• **Work instructions**
Your answer is to be the count alone: the number of lines in the data below where "printed" appears.

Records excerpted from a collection
·····

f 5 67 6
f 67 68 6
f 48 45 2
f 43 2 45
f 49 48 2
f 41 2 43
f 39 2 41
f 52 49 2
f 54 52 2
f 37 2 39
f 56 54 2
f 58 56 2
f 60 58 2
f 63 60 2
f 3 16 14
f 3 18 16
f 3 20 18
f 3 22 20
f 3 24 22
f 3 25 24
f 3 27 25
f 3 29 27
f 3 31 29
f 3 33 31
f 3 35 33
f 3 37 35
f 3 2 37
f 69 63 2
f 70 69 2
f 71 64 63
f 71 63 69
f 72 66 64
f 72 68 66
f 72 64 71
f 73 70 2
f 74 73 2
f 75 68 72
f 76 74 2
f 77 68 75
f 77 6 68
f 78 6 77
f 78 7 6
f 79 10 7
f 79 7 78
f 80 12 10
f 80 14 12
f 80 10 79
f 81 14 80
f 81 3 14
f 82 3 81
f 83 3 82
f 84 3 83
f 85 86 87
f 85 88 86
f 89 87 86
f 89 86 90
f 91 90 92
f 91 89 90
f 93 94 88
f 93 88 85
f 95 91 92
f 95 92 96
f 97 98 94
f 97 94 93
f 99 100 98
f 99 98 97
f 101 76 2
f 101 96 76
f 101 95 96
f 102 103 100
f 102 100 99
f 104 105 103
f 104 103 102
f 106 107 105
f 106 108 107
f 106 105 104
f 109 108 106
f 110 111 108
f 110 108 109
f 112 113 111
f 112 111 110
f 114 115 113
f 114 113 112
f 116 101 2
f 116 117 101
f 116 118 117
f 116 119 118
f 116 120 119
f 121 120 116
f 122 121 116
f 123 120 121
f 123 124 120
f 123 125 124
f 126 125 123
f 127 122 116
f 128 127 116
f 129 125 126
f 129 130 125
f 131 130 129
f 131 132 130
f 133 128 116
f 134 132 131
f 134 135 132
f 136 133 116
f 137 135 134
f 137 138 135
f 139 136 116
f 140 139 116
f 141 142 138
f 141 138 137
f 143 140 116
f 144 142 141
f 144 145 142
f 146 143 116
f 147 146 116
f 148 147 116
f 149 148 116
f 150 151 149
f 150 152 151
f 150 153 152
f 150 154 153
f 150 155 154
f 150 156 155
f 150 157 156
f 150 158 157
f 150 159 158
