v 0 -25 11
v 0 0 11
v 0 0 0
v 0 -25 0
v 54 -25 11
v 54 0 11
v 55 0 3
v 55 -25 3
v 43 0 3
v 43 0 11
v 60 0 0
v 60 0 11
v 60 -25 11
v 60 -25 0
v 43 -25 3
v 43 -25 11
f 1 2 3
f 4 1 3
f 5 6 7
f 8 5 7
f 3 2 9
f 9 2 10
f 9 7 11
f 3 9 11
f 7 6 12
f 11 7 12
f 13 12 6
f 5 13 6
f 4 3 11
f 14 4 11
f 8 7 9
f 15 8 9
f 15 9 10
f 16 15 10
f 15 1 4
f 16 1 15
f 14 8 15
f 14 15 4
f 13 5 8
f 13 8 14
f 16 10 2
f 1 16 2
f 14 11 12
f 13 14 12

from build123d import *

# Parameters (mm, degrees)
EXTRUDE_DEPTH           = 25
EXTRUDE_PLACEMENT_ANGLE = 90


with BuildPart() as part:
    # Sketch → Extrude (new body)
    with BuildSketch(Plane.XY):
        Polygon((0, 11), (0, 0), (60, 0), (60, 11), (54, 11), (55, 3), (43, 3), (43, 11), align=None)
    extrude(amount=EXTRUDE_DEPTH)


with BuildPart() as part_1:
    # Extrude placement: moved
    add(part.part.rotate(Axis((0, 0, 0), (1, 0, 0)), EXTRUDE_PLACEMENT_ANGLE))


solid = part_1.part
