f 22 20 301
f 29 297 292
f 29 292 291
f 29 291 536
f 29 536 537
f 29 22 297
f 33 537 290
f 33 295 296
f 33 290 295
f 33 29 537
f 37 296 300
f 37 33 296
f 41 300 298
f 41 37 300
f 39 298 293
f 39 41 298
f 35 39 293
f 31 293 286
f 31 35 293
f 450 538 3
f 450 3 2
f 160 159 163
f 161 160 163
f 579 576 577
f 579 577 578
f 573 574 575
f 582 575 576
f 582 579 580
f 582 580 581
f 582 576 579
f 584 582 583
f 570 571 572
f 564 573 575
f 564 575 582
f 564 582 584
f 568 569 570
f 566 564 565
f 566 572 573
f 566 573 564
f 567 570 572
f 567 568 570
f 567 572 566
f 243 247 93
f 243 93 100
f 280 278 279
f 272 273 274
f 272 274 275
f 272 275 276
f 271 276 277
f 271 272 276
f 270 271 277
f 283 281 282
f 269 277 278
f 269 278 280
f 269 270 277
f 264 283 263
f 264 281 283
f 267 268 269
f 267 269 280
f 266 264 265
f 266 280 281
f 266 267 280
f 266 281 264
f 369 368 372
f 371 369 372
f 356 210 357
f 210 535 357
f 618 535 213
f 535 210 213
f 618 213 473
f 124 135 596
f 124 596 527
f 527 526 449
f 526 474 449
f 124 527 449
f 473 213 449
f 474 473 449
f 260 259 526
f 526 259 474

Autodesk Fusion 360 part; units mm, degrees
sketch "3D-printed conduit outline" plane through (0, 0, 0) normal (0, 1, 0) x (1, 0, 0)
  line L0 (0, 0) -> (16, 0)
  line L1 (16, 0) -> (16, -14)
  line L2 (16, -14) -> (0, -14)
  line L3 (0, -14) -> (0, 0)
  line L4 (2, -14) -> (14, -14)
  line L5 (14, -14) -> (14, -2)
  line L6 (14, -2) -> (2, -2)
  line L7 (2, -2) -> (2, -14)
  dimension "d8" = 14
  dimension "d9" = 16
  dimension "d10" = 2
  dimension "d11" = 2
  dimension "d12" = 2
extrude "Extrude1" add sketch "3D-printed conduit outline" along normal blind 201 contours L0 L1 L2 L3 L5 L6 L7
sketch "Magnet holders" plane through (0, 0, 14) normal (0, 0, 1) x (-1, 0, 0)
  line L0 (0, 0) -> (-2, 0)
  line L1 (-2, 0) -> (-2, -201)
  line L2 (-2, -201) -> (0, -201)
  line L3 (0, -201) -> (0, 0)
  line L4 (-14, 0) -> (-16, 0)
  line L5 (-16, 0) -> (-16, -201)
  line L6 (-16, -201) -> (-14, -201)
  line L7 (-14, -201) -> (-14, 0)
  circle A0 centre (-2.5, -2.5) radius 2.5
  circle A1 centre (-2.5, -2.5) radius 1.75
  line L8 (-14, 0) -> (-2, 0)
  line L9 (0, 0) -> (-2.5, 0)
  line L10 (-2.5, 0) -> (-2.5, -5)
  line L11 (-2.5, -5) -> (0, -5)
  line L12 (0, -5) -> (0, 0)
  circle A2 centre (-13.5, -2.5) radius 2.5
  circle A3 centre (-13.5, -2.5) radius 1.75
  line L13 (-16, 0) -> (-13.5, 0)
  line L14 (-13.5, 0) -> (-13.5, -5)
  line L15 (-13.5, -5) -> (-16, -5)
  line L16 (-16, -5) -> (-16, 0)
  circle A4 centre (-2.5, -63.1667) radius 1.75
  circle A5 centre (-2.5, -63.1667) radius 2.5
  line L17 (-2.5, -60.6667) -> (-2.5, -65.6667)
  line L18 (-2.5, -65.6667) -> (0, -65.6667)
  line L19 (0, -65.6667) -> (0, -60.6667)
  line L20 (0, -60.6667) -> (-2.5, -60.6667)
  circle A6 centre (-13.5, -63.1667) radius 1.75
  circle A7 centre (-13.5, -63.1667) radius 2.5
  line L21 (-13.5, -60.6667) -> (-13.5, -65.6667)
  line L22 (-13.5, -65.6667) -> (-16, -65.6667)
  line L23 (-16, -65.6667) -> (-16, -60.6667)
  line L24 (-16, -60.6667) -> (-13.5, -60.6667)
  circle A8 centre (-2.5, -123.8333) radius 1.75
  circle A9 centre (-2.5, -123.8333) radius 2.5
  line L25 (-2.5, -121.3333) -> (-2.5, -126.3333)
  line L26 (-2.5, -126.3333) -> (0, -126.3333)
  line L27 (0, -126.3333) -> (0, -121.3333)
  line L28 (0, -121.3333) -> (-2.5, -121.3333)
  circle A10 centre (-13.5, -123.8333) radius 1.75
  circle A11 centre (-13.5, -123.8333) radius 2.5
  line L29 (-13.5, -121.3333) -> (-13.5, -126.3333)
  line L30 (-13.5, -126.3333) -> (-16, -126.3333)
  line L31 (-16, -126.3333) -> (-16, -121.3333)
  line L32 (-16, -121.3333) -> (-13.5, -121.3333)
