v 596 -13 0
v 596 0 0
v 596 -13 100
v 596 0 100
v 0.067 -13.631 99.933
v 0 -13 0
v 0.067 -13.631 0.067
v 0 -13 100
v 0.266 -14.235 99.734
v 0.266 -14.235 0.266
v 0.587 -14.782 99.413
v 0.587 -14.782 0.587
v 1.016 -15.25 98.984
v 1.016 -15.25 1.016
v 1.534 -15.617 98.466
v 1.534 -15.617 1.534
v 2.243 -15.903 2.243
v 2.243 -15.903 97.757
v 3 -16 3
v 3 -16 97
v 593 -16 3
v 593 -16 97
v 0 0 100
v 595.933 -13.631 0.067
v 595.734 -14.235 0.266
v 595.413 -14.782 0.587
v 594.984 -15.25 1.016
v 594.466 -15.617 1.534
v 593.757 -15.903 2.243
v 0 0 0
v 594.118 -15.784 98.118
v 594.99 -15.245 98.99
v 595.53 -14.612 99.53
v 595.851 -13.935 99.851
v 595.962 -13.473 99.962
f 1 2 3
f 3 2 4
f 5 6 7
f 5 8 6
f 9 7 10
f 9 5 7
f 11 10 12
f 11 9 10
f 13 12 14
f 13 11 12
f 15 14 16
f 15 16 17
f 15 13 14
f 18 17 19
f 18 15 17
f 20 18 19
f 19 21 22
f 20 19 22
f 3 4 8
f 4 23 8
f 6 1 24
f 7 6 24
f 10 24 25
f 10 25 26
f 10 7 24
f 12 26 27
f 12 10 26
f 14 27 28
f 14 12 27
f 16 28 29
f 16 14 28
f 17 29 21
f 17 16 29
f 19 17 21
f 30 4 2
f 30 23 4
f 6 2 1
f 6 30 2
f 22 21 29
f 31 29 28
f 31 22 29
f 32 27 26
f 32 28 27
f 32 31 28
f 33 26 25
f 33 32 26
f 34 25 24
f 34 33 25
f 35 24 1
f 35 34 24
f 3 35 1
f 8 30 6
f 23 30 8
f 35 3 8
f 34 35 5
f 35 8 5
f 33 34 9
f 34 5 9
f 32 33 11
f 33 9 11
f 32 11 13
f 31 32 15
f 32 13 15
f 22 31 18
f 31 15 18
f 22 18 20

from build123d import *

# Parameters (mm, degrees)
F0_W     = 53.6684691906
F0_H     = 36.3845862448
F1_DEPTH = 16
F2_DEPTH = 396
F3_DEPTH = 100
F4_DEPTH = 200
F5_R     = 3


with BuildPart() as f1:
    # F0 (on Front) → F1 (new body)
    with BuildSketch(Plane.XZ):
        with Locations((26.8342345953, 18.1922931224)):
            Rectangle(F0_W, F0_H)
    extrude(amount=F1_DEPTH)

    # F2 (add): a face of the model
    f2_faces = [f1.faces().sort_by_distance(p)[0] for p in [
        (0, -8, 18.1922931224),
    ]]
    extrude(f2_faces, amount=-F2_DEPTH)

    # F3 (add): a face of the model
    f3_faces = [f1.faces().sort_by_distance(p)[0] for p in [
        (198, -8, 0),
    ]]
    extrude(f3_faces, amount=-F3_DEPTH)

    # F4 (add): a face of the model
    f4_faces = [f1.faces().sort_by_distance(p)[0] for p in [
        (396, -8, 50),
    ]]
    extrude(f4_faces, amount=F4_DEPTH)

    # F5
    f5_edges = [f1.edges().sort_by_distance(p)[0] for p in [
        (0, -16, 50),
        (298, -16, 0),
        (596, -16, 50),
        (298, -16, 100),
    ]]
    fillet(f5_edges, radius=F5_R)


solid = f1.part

·····

• **Answer space**
2